Henry Paulson's anal pucker factor, which had been hovering around 9.7 (10 is slammed completely shut) suddenly leapt to an untenable 9.9. We have relied for a very long time on the kindness of strangers, and if those foreign creditors, who hold about $1.3 trillion worth of the MBS (Mortgaged Bullshit), were to suddenly cast a gimlet eye on the Treasury securities they also hold, and were to logically decide that a country which runs half-trillion dollar yearly deficits, and which owes itself and others $10 trillion, and borrows money in order to buy oil and fund wars of aggression to ensure access to oil, might not be actually good for all that U.S. paper they were holding; well, it could start to sound something like this:

"Our new Chinese creditors have demanded their first payment. Several times in the last week, Chinese officials have stated in no unceertain terms that they would be VERY UNHAPPY if their Fannie and Freddie bonds weren't honored in full. Forget the Fed: US economic conditions are now dictated by the People's Bank of China." From Economic Populist.

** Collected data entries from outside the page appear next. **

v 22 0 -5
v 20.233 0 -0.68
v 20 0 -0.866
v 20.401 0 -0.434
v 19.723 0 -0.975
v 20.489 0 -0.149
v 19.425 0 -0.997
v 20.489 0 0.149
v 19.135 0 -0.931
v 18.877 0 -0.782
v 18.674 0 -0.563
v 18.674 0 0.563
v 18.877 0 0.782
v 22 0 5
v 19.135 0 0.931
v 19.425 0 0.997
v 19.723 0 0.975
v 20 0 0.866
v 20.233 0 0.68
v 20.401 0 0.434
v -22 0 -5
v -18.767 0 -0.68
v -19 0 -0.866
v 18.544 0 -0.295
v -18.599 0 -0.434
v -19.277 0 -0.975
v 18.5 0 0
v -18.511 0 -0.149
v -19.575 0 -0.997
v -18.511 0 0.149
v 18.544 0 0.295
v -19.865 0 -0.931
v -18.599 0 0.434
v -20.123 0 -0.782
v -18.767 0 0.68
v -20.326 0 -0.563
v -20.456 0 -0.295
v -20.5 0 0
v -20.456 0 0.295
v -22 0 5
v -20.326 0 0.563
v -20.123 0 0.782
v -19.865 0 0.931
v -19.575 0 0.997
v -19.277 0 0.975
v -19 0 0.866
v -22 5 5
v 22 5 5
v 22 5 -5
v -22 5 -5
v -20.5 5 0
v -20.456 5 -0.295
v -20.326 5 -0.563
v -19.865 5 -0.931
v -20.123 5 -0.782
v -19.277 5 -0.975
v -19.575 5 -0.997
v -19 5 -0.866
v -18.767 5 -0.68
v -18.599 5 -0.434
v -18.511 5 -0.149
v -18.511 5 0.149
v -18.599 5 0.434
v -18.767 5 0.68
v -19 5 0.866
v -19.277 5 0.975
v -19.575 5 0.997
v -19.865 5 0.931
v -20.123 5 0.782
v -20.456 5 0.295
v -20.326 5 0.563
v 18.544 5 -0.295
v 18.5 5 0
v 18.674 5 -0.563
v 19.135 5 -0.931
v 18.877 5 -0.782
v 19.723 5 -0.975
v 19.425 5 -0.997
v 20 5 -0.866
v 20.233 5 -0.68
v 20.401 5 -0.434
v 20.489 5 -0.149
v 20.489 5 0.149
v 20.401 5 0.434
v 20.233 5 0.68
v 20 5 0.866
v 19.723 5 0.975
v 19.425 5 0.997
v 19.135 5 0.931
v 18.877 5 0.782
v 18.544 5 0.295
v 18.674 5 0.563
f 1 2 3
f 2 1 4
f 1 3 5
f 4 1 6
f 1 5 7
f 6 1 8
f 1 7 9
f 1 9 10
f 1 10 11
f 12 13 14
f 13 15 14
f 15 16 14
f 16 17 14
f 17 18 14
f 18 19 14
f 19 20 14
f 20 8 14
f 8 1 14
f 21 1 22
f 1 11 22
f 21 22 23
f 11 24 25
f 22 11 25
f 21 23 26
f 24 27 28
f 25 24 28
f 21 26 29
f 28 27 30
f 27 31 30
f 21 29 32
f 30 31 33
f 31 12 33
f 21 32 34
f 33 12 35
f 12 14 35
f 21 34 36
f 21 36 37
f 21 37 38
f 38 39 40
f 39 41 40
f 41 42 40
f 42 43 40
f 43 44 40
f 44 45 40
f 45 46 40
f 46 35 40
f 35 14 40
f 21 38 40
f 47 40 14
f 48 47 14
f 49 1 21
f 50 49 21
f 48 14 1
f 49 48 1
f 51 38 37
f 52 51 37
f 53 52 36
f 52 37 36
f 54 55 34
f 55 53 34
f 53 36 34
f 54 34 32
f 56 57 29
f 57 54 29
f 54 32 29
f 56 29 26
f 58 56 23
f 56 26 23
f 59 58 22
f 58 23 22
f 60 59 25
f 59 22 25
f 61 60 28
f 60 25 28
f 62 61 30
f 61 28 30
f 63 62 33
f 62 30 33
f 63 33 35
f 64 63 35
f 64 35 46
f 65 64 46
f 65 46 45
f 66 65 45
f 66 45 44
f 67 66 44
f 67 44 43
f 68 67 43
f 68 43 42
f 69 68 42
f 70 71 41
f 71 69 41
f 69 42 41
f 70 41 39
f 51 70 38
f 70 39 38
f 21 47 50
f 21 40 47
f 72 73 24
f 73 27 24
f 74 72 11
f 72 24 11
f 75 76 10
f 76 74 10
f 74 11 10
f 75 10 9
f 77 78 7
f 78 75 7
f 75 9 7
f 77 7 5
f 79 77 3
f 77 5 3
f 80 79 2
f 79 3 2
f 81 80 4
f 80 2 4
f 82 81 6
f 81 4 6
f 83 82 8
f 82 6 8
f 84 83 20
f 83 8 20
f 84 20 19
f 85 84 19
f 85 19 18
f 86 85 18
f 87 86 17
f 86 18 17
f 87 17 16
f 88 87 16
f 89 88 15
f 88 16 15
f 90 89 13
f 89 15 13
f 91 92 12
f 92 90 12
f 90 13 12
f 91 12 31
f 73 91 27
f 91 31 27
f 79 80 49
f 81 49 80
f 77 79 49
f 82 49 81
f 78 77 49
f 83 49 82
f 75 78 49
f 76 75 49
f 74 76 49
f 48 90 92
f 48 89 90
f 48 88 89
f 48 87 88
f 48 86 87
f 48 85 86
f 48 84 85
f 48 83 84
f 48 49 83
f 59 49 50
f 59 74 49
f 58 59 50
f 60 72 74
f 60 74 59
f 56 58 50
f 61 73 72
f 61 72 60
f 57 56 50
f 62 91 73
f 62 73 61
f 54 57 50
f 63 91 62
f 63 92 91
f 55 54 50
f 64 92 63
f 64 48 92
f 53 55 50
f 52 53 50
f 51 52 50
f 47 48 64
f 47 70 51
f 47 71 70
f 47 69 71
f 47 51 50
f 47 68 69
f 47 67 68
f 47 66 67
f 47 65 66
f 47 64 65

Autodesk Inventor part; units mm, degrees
ref_plane "YZ Plane" through (0, 0, 0) normal (1, 0, 0) x (0, 1, 0)
ref_plane "XZ Plane" through (0, 0, 0) normal (0, 1, 0) x (-1, 0, 0)
ref_plane "XY Plane" through (0, 0, 0) normal (0, 0, 1) x (1, 0, 0)
sketch "Sketch1" plane through (0, 0, 0) normal (0, 1, 0) x (-1, 0, 0)
  line L0 (-22, -5) -> (22, -5)
  line L1 (22, 0) -> (22, 0)
  line L2 (22, 5) -> (-22, 5)
  line L3 (-22, 0) -> (-22, 0)
  line L4 (-22, -5) -> (22, 5) construction
  line L5 (22, -5) -> (-22, 5) construction
  circle A0 centre (19.5, 0) radius 1
  line L6 (-22, 5) -> (-22, -5)
  line L7 (22, 5) -> (22, -5)
  circle A1 centre (-19.5, 0) radius 1
  point P0 (0, 0)
  dimension "d0" = 10
  dimension "d1" = 44
  dimension "d3" = 2
  dimension "d6" = 2.5
  dimension "d8" = 5
  dimension "d13" = 2
  dimension "d14" = 2.5
  dimension "d15" = 5
extrude "Extrusion1" add sketch "Sketch1" along normal blind 5
properties part number "link"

What form might this unhappiness take? It might take the form of economic catastrophe for the United States if it dispelled the group hallucination on which American prosperity now depends; to wit, the consensus delusion that running our printing press entitles us to determine how wealthy we are. So Paulson really had no choice. It was obvious the "drunk" (Bush's term) execs at Fannie & Fred had managed the companies off a cliff, but their demise spelled huge trouble for the government's own viability. So, yet another no-brainer for Paulson. The Feds are calling the shots from here on out, with the "taxpayers" left to inject whatever operating capital the GSEs will need to service their foreign and other debts.

Of course, the idea of the "taxpayers" actually paying for this latest emergency relief is yet another fantasy. The Feds may as well pile on as much debt as they can get away with at this point, because the truth is we're not good for any of it. The taxpayers don't have that kind of money. The idea of enforcing some sort of financial discipline through the principle of "moral hazard" disappeared about the time that Clinton's Treasury Secretary, Robert Rubin, engineered the bailout of Long-Term Capital Management. It's now standard operating procedure for the federal government to take over one huge financial company after another, as we gradually socialize the financial structure of the United States. It is the natural, inescapable action-reaction sequence after all the years of mindless, Ayn Rand-inspired, deregulated greed. But really, Paulson is just kicking the problem down the road. If you don't have the money, you don't have the money. He's staving off the inevitable until, let's see, about November 5, 2008.

Which might be the biggest, ironical joke of all. Paulson might help McCain get elected, and then this addled, goofy, querulous, forgetful shmegege can inherit the job of straightening out - what would you call it? - the financial meltdown of the United States economy. It would almost be worth it just to see that.

1 comment:

  1. Anonymous2:14 AM

    Jim Puplava, in his weekly show Financial Sense Online (you can listen to the broadcast online), believes we are headed into a hyper-inflationary depression in the 2010 timeframe because of all of the money printing. Apart from the mortgage mess, our unfunded liability for social security and medicare is around $62 trillion.